Der Garten-Inspector Skell bereitet sich zur Reise, und so will ich denn eine kleine Sendung zurecht legen. Anbey folgt ein Glas für Ottilien, an bessere Gaben läßt sich nicht denken. Das Silber fällt immerfort im Preise und alle Lebensbedürfnisse bleiben im alten Tax, da muß man sich denn zusammenhalten, damit die Casse ausreicht. Auch beklagen sich die Kaufleute gar sehr daß sie keine Abnehmer finden. Alles ist ohnehin viel theurer als sonst und von Tag zu Tage durch den Curs noch theurer. Die Billigkeit und Rechtlichkeit die sonst in den Carlsbadern war ist gänzlich verschwunden, sie üben das Strandrecht gegen jeden aus, den die Krankheit an ihr Ufer verschlägt.

Dagegen ist das Wetter noch immer ganz erfreulich, nach einigen Gewittern des Morgens kalt genug, im ganzen aber trocken und öfters heiter.

Die Oestreichischen Herrn und Damen bleiben freundlich und theilnehmend. Ihre trefflichen Mittagsmahle [261] kommen mir, auf die gewöhnliche Kost der Speisehäuser, sehr zu statten. Der Hofmedicus ist munter und ich hoffe auch ihm soll die Cur recht wohl thun, mir bekommt sie sehr gut, nur daß ich dießmal nichts arbeiten kann. Meine Papiere bringe ich wieder zurück wie ich sie mitgenommen habe. Zu Michaelis wird nur das Stück Kunst und Alterthum ausgegeben, das übrige mag zur Winterunterhaltung dienen.
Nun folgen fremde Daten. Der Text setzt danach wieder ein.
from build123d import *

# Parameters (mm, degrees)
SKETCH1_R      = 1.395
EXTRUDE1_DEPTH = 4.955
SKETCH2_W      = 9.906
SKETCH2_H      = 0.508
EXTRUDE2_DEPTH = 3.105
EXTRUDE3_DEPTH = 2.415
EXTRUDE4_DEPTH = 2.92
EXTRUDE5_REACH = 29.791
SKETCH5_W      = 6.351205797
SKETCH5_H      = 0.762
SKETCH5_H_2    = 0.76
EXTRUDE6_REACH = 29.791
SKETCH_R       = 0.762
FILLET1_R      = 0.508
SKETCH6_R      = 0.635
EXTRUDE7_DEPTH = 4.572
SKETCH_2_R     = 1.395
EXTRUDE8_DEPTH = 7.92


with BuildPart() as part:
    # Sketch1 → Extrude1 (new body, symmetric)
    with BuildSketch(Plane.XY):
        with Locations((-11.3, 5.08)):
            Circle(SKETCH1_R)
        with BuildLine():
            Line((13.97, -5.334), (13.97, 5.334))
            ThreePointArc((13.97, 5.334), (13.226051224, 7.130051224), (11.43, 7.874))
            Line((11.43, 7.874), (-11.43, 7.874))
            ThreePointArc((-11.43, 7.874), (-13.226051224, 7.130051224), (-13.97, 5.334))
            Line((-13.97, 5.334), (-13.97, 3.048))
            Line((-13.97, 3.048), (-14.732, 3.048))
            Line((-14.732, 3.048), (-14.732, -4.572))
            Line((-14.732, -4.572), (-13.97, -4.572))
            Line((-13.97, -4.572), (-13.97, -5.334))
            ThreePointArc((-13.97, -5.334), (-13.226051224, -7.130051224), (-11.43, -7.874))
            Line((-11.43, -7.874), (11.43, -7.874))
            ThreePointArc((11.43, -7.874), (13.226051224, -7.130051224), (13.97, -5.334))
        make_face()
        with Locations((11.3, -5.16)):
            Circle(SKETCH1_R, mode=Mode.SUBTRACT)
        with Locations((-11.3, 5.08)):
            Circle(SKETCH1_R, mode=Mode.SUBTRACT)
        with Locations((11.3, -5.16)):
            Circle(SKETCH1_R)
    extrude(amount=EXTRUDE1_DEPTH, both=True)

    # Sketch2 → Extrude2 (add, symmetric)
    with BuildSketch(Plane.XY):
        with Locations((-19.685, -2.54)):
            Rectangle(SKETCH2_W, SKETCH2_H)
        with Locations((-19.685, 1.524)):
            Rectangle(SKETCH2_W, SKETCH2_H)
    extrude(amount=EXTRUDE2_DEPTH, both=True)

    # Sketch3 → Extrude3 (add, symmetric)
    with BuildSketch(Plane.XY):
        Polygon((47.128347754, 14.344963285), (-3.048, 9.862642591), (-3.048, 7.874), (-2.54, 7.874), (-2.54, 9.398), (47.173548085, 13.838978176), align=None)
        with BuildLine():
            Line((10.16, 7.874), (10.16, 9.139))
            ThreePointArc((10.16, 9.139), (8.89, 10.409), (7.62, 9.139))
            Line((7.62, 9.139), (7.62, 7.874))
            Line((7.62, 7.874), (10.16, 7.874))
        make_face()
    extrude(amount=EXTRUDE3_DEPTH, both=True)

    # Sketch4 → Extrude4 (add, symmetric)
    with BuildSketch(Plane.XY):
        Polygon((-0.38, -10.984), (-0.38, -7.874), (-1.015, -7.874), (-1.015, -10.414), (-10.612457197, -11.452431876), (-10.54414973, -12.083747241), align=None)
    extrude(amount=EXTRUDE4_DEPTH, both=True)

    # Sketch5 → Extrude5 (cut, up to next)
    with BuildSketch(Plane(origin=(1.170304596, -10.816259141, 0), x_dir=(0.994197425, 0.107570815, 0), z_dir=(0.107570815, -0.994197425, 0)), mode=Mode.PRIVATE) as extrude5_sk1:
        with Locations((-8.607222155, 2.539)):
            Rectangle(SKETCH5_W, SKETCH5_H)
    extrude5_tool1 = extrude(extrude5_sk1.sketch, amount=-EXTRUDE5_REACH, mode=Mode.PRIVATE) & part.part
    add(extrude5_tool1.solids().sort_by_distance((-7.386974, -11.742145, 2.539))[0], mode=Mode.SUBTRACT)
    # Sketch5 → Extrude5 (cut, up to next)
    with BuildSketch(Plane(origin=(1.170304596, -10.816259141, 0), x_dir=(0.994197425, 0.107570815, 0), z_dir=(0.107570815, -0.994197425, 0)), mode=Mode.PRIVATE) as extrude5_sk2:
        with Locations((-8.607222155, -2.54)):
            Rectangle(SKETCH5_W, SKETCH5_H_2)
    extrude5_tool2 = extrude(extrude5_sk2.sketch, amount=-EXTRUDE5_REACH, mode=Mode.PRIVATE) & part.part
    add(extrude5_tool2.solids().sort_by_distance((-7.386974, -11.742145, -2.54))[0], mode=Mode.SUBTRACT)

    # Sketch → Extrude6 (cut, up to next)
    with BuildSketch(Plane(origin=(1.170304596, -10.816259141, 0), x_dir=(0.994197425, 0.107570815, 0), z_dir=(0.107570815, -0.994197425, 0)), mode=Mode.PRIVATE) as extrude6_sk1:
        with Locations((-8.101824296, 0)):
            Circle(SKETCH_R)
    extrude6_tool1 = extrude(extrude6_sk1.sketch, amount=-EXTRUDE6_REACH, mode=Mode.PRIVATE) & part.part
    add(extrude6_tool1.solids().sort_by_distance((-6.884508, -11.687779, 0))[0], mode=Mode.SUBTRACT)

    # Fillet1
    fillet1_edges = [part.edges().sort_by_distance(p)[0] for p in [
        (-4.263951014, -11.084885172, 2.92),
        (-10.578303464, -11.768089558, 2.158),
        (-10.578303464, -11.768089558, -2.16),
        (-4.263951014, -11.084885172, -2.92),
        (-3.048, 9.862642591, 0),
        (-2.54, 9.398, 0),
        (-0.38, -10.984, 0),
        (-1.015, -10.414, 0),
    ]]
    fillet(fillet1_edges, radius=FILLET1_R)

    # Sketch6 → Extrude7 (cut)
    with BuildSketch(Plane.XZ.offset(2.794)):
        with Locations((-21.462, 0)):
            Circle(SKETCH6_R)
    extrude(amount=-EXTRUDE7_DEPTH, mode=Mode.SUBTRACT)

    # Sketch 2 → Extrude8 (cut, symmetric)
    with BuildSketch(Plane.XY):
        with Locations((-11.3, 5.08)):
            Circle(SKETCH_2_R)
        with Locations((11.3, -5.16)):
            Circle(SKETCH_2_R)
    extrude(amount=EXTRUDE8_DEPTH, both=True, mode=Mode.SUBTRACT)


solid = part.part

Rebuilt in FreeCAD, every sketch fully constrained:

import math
import FreeCAD as App
import Part
import Sketcher
from FreeCAD import Vector
Q = App.Units.Quantity


def edges_at(feature, points):
    """Names of the edges that pass closest to the given points."""
    edges = feature.Shape.Edges
    near = lambda p: min(range(len(edges)), key=lambda i: edges[i].distToShape(Part.Vertex(*p))[0])
    return sorted({f"Edge{near(p) + 1}" for p in points})


def add_polygon(sketch, points):
    """Adds a closed chain of lines whose ends are joined by coincident constraints."""
    first, n = sketch.GeometryCount, len(points)
    for a, b in zip(points, points[1:] + points[:1]):
        sketch.addGeometry(Part.LineSegment(App.Vector(*a, 0), App.Vector(*b, 0)), False)
    for i in range(n):
        sketch.addConstraint(Sketcher.Constraint("Coincident", first + i, 2, first + (i + 1) % n, 1))

doc = App.newDocument("Part")
body = doc.addObject("PartDesign::Body", "Body")

sketch1 = doc.addObject("Sketcher::SketchObject", "Sketch")
body.addObject(sketch1)
sketch1.AttachmentSupport = (doc.XY_Plane, [""])
sketch1.MapMode = "FlatFace"
sketch1.addGeometry([
    Part.LineSegment(Vector(14, -5.3, 0), Vector(14, 5.3, 0)),
    Part.ArcOfCircle(Part.Circle(Vector(11.4, 5.3, 0), Vector(0, 0, 1), 2.5), math.radians(0), math.radians(90)),
    Part.LineSegment(Vector(11.4, 7.9, 0), Vector(-11.4, 7.9, 0)),
    Part.ArcOfCircle(Part.Circle(Vector(-11.4, 5.3, 0), Vector(0, 0, 1), 2.5), math.radians(90), math.radians(180)),
    Part.LineSegment(Vector(-14, 5.3, 0), Vector(-14, 3, 0)),
    Part.LineSegment(Vector(-14, 3, 0), Vector(-14.7, 3, 0)),
    Part.LineSegment(Vector(-14.7, 3, 0), Vector(-14.7, -4.6, 0)),
    Part.LineSegment(Vector(-14.7, -4.6, 0), Vector(-14, -4.6, 0)),
    Part.LineSegment(Vector(-14, -4.6, 0), Vector(-14, -5.3, 0)),
    Part.ArcOfCircle(Part.Circle(Vector(-11.4, -5.3, 0), Vector(0, 0, 1), 2.5), math.radians(-180), math.radians(-90)),
    Part.LineSegment(Vector(-11.4, -7.9, 0), Vector(11.4, -7.9, 0)),
    Part.ArcOfCircle(Part.Circle(Vector(11.4, -5.3, 0), Vector(0, 0, 1), 2.5), math.radians(-90), math.radians(0)),
    Part.Circle(Vector(-11.3, 5.1, 0), Vector(0, 0, 1), 1.4),
], False)
sketch1.addConstraint([
    Sketcher.Constraint("Tangent", 0, 2, 1, 1),
    Sketcher.Constraint("Tangent", 1, 2, 2, 1),
    Sketcher.Constraint("Tangent", 2, 2, 3, 1),
    Sketcher.Constraint("Tangent", 3, 2, 4, 1),
    Sketcher.Constraint("Coincident", 4, 2, 5, 1),
    Sketcher.Constraint("Coincident", 5, 2, 6, 1),
    Sketcher.Constraint("Coincident", 6, 2, 7, 1),
    Sketcher.Constraint("Coincident", 7, 2, 8, 1),
    Sketcher.Constraint("Tangent", 8, 2, 9, 1),
    Sketcher.Constraint("Tangent", 9, 2, 10, 1),
    Sketcher.Constraint("Tangent", 10, 2, 11, 1),
    Sketcher.Constraint("Tangent", 11, 2, 0, 1),
    Sketcher.Constraint("Vertical", 0),
    Sketcher.Constraint("Horizontal", 2),
    Sketcher.Constraint("Vertical", 4),
    Sketcher.Constraint("Horizontal", 5),
    Sketcher.Constraint("Vertical", 6),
Ein angenehmes Geschenk habe ich erhalten, eine kleine Statue von Erz, deren Schattenriß beyliegt. Freund Meyer mit meinen schönsten Grüßen vorzulegen.
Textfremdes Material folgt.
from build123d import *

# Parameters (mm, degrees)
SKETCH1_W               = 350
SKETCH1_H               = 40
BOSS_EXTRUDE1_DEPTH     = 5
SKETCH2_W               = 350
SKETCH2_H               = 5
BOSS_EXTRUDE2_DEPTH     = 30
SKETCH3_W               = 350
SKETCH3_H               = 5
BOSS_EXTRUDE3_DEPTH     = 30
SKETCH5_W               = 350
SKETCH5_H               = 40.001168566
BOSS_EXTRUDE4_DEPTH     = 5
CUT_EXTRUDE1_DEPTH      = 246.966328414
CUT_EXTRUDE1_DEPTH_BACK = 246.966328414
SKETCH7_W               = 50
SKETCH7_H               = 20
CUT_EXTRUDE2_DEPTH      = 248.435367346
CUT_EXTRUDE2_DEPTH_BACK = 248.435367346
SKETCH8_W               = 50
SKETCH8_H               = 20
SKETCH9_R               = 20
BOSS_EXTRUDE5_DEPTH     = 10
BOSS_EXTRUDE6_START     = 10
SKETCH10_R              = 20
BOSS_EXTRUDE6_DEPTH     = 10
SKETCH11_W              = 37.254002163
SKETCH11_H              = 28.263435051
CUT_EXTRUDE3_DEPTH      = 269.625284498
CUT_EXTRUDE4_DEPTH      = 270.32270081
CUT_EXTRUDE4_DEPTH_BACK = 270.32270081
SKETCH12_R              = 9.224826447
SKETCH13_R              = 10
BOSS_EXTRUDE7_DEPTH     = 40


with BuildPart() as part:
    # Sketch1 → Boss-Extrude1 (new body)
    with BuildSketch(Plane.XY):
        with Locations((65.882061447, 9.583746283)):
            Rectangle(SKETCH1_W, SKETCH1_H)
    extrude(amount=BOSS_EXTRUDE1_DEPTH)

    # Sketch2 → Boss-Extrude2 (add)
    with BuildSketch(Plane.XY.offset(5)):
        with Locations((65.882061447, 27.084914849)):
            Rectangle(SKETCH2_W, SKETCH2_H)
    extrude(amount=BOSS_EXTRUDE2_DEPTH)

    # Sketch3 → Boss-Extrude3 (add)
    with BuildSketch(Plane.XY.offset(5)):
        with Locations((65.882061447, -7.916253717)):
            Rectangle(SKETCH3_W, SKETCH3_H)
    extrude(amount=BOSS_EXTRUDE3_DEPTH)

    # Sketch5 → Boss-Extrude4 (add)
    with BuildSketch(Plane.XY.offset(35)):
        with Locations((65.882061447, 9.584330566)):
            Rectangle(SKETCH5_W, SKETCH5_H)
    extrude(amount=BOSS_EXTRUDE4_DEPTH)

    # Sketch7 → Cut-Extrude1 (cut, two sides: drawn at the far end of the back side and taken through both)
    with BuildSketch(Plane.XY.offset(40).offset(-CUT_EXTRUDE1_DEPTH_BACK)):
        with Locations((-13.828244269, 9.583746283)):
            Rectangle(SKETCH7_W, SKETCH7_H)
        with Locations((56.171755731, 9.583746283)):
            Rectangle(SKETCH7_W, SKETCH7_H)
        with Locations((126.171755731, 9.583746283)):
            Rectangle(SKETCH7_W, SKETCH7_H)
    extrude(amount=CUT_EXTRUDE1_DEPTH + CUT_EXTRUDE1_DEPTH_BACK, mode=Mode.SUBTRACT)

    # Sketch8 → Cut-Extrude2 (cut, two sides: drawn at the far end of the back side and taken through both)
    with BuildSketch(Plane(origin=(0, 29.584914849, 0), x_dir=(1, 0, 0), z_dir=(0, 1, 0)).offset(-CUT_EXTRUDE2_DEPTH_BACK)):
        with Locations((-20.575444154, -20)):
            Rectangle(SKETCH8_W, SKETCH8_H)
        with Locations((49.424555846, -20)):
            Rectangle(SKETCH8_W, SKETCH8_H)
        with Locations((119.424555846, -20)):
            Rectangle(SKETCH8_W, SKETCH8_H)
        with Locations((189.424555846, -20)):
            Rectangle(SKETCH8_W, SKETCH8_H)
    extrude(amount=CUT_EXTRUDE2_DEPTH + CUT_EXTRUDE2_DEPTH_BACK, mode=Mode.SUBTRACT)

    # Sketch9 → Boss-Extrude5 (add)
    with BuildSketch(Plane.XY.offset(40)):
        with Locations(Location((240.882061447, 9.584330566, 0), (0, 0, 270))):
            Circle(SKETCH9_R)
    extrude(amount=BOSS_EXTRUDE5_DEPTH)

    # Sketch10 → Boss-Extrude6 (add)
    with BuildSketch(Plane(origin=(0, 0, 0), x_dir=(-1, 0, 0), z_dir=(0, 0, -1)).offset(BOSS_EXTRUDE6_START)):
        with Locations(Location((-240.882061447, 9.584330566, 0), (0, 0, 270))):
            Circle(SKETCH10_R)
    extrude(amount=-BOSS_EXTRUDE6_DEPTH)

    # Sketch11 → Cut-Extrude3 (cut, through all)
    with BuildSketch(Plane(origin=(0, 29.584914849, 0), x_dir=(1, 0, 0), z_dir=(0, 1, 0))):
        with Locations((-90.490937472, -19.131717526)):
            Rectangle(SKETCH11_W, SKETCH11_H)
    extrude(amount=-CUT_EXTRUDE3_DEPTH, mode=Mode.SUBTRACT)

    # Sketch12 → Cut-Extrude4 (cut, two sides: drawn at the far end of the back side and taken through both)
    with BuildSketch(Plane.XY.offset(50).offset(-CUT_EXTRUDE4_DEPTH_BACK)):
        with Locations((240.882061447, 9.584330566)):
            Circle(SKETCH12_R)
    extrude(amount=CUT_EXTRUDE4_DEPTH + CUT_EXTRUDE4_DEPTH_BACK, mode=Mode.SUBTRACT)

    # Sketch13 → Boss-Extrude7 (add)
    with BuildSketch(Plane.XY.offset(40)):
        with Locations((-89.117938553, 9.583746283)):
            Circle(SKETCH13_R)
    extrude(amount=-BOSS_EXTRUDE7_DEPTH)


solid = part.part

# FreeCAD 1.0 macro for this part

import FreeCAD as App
import Part
import Sketcher

V = App.Vector

doc = App.newDocument("Part")
params = doc.addObject("Spreadsheet::Sheet", "Params")
for row, (alias, value) in enumerate([
    ("sketch1_width", "350 mm"),
    ("sketch1_height", "40 mm"),
    ("pad1_length", "5 mm"),
    ("sketch2_width", "350 mm"),
    ("sketch2_height", "5 mm"),
    ("pad2_length", "30 mm"),
    ("sketch3_width", "350 mm"),
    ("sketch3_height", "5 mm"),
    ("pad3_length", "30 mm"),
    ("sketch4_width", "350 mm"),
    ("pad4_length", "5 mm"),
    ("sketch5_width", "50 mm"),
    ("sketch5_height", "20 mm"),
    ("sketch6_width", "50 mm"),
    ("sketch6_height", "20 mm"),
    ("sketch7_diameter", "40 mm"),
    ("pad5_length", "10 mm"),
    ("sketch8_diameter", "40 mm"),
    ("pad6_length", "10 mm"),
    ("sketch11_diameter", "20 mm"),
    ("pad7_length", "40 mm"),
], start=1):
    params.set(f"A{row}", alias)
    params.set(f"B{row}", "=" + value)
    params.setAlias(f"B{row}", alias)

body = doc.addObject("PartDesign::Body", "Body")

sketch1 = body.newObject("Sketcher::SketchObject", "Sketch")
sketch1.AttachmentSupport = (doc.getObject("XY_Plane"), [""])
sketch1.MapMode = "FlatFace"
sketch1.addGeometry([
    Part.LineSegment(V(-109, 30, 0), V(-109, -10, 0)),
    Part.LineSegment(V(-109, -10, 0), V(241, -10, 0)),
    Part.LineSegment(V(241, -10, 0), V(241, 30, 0)),
    Part.LineSegment(V(241, 30, 0), V(-109, 30, 0)),
], False)
sketch1.addConstraint([
    Sketcher.Constraint("Coincident", 0, 2, 1, 1),
    Sketcher.Constraint("Coincident", 1, 2, 2, 1),
    Sketcher.Constraint("Coincident", 2, 2, 3, 1),
    Sketcher.Constraint("Coincident", 3, 2, 0, 1),
    Sketcher.Constraint("Vertical", 0),
    Sketcher.Constraint("Horizontal", 1),
    Sketcher.Constraint("Vertical", 2),
    Sketcher.Constraint("Horizontal", 3),
    Sketcher.Constraint("DistanceX", 1, 1, 1, 2, 350.0),
    Sketcher.Constraint("DistanceY", 0, 2, 0, 1, 40.0),
    Sketcher.Constraint("DistanceX", 0, 2, -1, 1, 109.117939),
    Sketcher.Constraint("DistanceY", 0, 2, -1, 1, 10.416254),
])
sketch1.setExpression("Constraints[8]", "Params.sketch1_width")
sketch1.setExpression("Constraints[9]", "Params.sketch1_height")
pad1 = body.newObject("PartDesign::Pad", "Pad")
pad1.Profile = sketch1
pad1.setExpression("Length", "Params.pad1_length")

sketch2 = body.newObject("Sketcher::SketchObject", "Sketch001")
sketch2.AttachmentSupport = (doc.getObject("XY_Plane"), [""])
sketch2.MapMode = "FlatFace"
sketch2.AttachmentOffset = App.Placement(V(0, 0, 5), App.Rotation())
sketch2.addGeometry([
    Part.LineSegment(V(-109, 30, 0), V(-109, 25, 0)),
    Part.LineSegment(V(-109, 25, 0), V(241, 25, 0)),
    Part.LineSegment(V(241, 25, 0), V(241, 30, 0)),
    Part.LineSegment(V(241, 30, 0), V(-109, 30, 0)),
], False)
sketch2.addConstraint([
    Sketcher.Constraint("Coincident", 0, 2, 1, 1),
    Sketcher.Constraint("Coincident", 1, 2, 2, 1),
    Sketcher.Constraint("Coincident", 2, 2, 3, 1),
    Sketcher.Constraint("Coincident", 3, 2, 0, 1),
    Sketcher.Constraint("Vertical", 0),
    Sketcher.Constraint("Horizontal", 1),
    Sketcher.Constraint("Vertical", 2),
    Sketcher.Constraint("Horizontal", 3),
    Sketcher.Constraint("DistanceX", 1, 1, 1, 2, 350.0),
    Sketcher.Constraint("DistanceY", 0, 2, 0, 1, 5.0),
    Sketcher.Constraint("DistanceX", 0, 2, -1, 1, 109.117939),
    Sketcher.Constraint("DistanceY", -1, 1, 0, 2, 24.584915),
])
sketch2.setExpression("Constraints[8]", "Params.sketch2_width")
sketch2.setExpression("Constraints[9]", "Params.sketch2_height")
pad2 = body.newObject("PartDesign::Pad", "Pad001")
pad2.Profile = sketch2
pad2.setExpression("Length", "Params.pad2_length")

sketch3 = body.newObject("Sketcher::SketchObject", "Sketch002")
sketch3.AttachmentSupport = (doc.getObject("XY_Plane"), [""])
sketch3.MapMode = "FlatFace"
sketch3.AttachmentOffset = App.Placement(V(0, 0, 5), App.Rotation())
sketch3.addGeometry([
    Part.LineSegment(V(-109, -5, 0), V(-109, -10, 0)),
    Part.LineSegment(V(-109, -10, 0), V(241, -10, 0)),
    Part.LineSegment(V(241, -10, 0), V(241, -5, 0)),
    Part.LineSegment(V(241, -5, 0), V(-109, -5, 0)),
], False)
sketch3.addConstraint([
    Sketcher.Constraint("Coincident", 0, 2, 1, 1),
    Sketcher.Constraint("Coincident", 1, 2, 2, 1),
    Sketcher.Constraint("Coincident", 2, 2, 3, 1),
    Sketcher.Constraint("Coincident", 3, 2, 0, 1),
    Sketcher.Constraint("Vertical", 0),
    Sketcher.Constraint("Horizontal", 1),
    Sketcher.Constraint("Vertical", 2),
    Sketcher.Constraint("Horizontal", 3),
    Sketcher.Constraint("DistanceX", 1, 1, 1, 2, 350.0),
    Sketcher.Constraint("DistanceY", 0, 2, 0, 1, 5.0),
    Sketcher.Constraint("DistanceX", 0, 2, -1, 1, 109.117939),
    Sketcher.Constraint("DistanceY", 0, 2, -1, 1, 10.416254),
])
sketch3.setExpression("Constraints[8]", "Params.sketch3_width")
sketch3.setExpression("Constraints[9]", "Params.sketch3_height")
pad3 = body.newObject("PartDesign::Pad", "Pad002")
pad3.Profile = sketch3
pad3.setExpression("Length", "Params.pad3_length")

sketch4 = body.newObject("Sketcher::SketchObject", "Sketch003")
sketch4.AttachmentSupport = (doc.getObject("XY_Plane"), [""])
sketch4.MapMode = "FlatFace"
sketch4.AttachmentOffset = App.Placement(V(0, 0, 35), App.Rotation())
sketch4.addGeometry([
    Part.LineSegment(V(-109, 30, 0), V(-109, -10, 0)),
    Part.LineSegment(V(-109, -10, 0), V(241, -10, 0)),
    Part.LineSegment(V(241, -10, 0), V(241, 30, 0)),
    Part.LineSegment(V(241, 30, 0), V(-109, 30, 0)),
], False)
sketch4.addConstraint([
    Sketcher.Constraint("Coincident", 0, 2, 1, 1),
    Sketcher.Constraint("Coincident", 1, 2, 2, 1),
    Sketcher.Constraint("Coincident", 2, 2, 3, 1),
    Sketcher.Constraint("Coincident", 3, 2, 0, 1),
    Sketcher.Constraint("Vertical", 0),
    Sketcher.Constraint("Horizontal", 1),
    Sketcher.Constraint("Vertical", 2),
    Sketcher.Constraint("Horizontal", 3),
    Sketcher.Constraint("DistanceX", 1, 1, 1, 2, 350.0),
    Sketcher.Constraint("DistanceY", 0, 2, 0, 1, 40.001169),
    Sketcher.Constraint("DistanceX", 0, 2, -1, 1, 109.117939),
    Sketcher.Constraint("DistanceY", 0, 2, -1, 1, 10.416254),
])
sketch4.setExpression("Constraints[8]", "Params.sketch4_width")
pad4 = body.newObject("PartDesign::Pad", "Pad003")
pad4.Profile = sketch4
pad4.setExpression("Length", "Params.pad4_length")

sketch5 = body.newObject("Sketcher::SketchObject", "Sketch004")
sketch5.AttachmentSupport = (doc.getObject("XY_Plane"), [""])
sketch5.MapMode = "FlatFace"
sketch5.AttachmentOffset = App.Placement(V(0, 0, 40), App.Rotation())
sketch5.addGeometry([
    Part.LineSegment(V(-39, 20, 0), V(-39, 0, 0)),
    Part.LineSegment(V(-39, 0, 0), V(11, 0, 0)),
    Part.LineSegment(V(11, 0, 0), V(11, 20, 0)),
    Part.LineSegment(V(11, 20, 0), V(-39, 20, 0)),
    Part.LineSegment(V(31, 20, 0), V(31, 0, 0)),
    Part.LineSegment(V(31, 0, 0), V(81, 0, 0)),
    Part.LineSegment(V(81, 0, 0), V(81, 20, 0)),
    Part.LineSegment(V(81, 20, 0), V(31, 20, 0)),
    Part.LineSegment(V(101, 20, 0), V(101, 0, 0)),
    Part.LineSegment(V(101, 0, 0), V(151, 0, 0)),
    Part.LineSegment(V(151, 0, 0), V(151, 20, 0)),
    Part.LineSegment(V(151, 20, 0), V(101, 20, 0)),
], False)
sketch5.addConstraint([
    Sketcher.Constraint("Coincident", 0, 2, 1, 1),
    Sketcher.Constraint("Coincident", 1, 2, 2, 1),
    Sketcher.Constraint("Coincident", 2, 2, 3, 1),
    Sketcher.Constraint("Coincident", 3, 2, 0, 1),
    Sketcher.Constraint("Coincident", 4, 2, 5, 1),
    Sketcher.Constraint("Coincident", 5, 2, 6, 1),
    Sketcher.Constraint("Coincident", 6, 2, 7, 1),
    Sketcher.Constraint("Coincident", 7, 2, 4, 1),
    Sketcher.Constraint("Coincident", 8, 2, 9, 1),
    Sketcher.Constraint("Coincident", 9, 2, 10, 1),
    Sketcher.Constraint("Coincident", 10, 2, 11, 1),
    Sketcher.Constraint("Coincident", 11, 2, 8, 1),
    Sketcher.Constraint("Vertical", 0),
    Sketcher.Constraint("Horizontal", 1),
    Sketcher.Constraint("Vertical", 2),
    Sketcher.Constraint("Horizontal", 3),
    Sketcher.Constraint("Vertical", 4),
    Sketcher.Constraint("Horizontal", 5),
    Sketcher.Constraint("Vertical", 6),
    Sketcher.Constraint("Horizontal", 7),
    Sketcher.Constraint("Vertical", 8),
    Sketcher.Constraint("Horizontal", 9),
    Sketcher.Constraint("Vertical", 10),
    Sketcher.Constraint("Horizontal", 11),
    Sketcher.Constraint("Horizontal", 1, 2, 4, 2),
    Sketcher.Constraint("Horizontal", 3, 2, 6, 2),
    Sketcher.Constraint("Horizontal", 5, 2, 8, 2),
    Sketcher.Constraint("Horizontal", 7, 2, 10, 2),
    Sketcher.Constraint("Equal", 3, 5),
    Sketcher.Constraint("Equal", 7, 9),
    Sketcher.Constraint("DistanceX", 1, 1, 1, 2, 50.0),
    Sketcher.Constraint("DistanceY", 0, 2, 0, 1, 20.0),
    Sketcher.Constraint("DistanceX", 1, 2, 4, 2, 20.0),
    Sketcher.Constraint("DistanceX", 5, 2, 8, 2, 20.0),
    Sketcher.Constraint("DistanceX", 0, 2, -1, 1, 38.828244),
    Sketcher.Constraint("DistanceY", 0, 2, -1, 1, 0.416254),
])
sketch5.setExpression("Constraints[30]", "Params.sketch5_width")
sketch5.setExpression("Constraints[31]", "Params.sketch5_height")
pocket1 = body.newObject("PartDesign::Pocket", "Pocket")
pocket1.Profile = sketch5
pocket1.Type = "ThroughAll"
pocket1.Midplane = True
Sonst giebt es hier in einer Prager Kunsthandlung noch sehr schöne Sachen, an Kunstwerken und Curiosen; Preise jedoch die mich gleich aus dem Laden hinaus gejagt haben, alles nach Dukaten. Unsere Sammlung würde hiernach ganz unschätzbar seyn.

Am 8. August sendete ich, mit der fahrenden Post über Hof, ein Kistchen mit getrockneten Früchten, Trüffeln und Gesteinen. Wahrscheinlich ist es in euren Händen wenn ihr Gegenwärtiges empfangt. Schreibt mir ja gleich über Leipzig so erhalte ich den Brief am achten Tage.

Wegen meiner Abreise bleibt es bey'm Alten. Richtet es so ein daß ich Sonntag den 13. September früh hier abreisen kann, wobey ich wegen des Wagens Folgendes zu bemerken habe.

[262] Die Fenster an der Vorderseite sind ganz unbrauchbar und können nicht gemacht werden, sorge dafür daß man sie heraus nimmt und ein Leder anschafft, womit man die Vorderseite zumachen kann, weil sonst vor Regen und Wind gar kein Schutz ist.

Und so will ich hinzusetzen daß ich mich gestern doch verführen lies einige versteinte Fische vom Monte Bolca für deine Sammlung anzuschaffen. Sie sind aber gar zu reizend und auch im Zootomischen Sinne höchst merckwürdig.

Und so nehmt denn die besten Grüße und Wünsche! Otilie und Misele sind hoff ich wohl. Ich muß diese Tage sowohl körperlich als auch geistig loben. Es ist mir manches unerwartete Gute, zu rechter Stunde wiederfahren. Adieu!

C B. d. 15. Aug. 1818.

Goethe.

An die Freundinnen viele Grüsse.

Anbey noch den dringenden Wunsch daß für einen Schreiber gesorgt werde. Diese sechs Wochen bringen mich sehr zurück so daß ich nothwendig bey meiner Rückkehr zur größten Schreibethätigkeit gelangen muß.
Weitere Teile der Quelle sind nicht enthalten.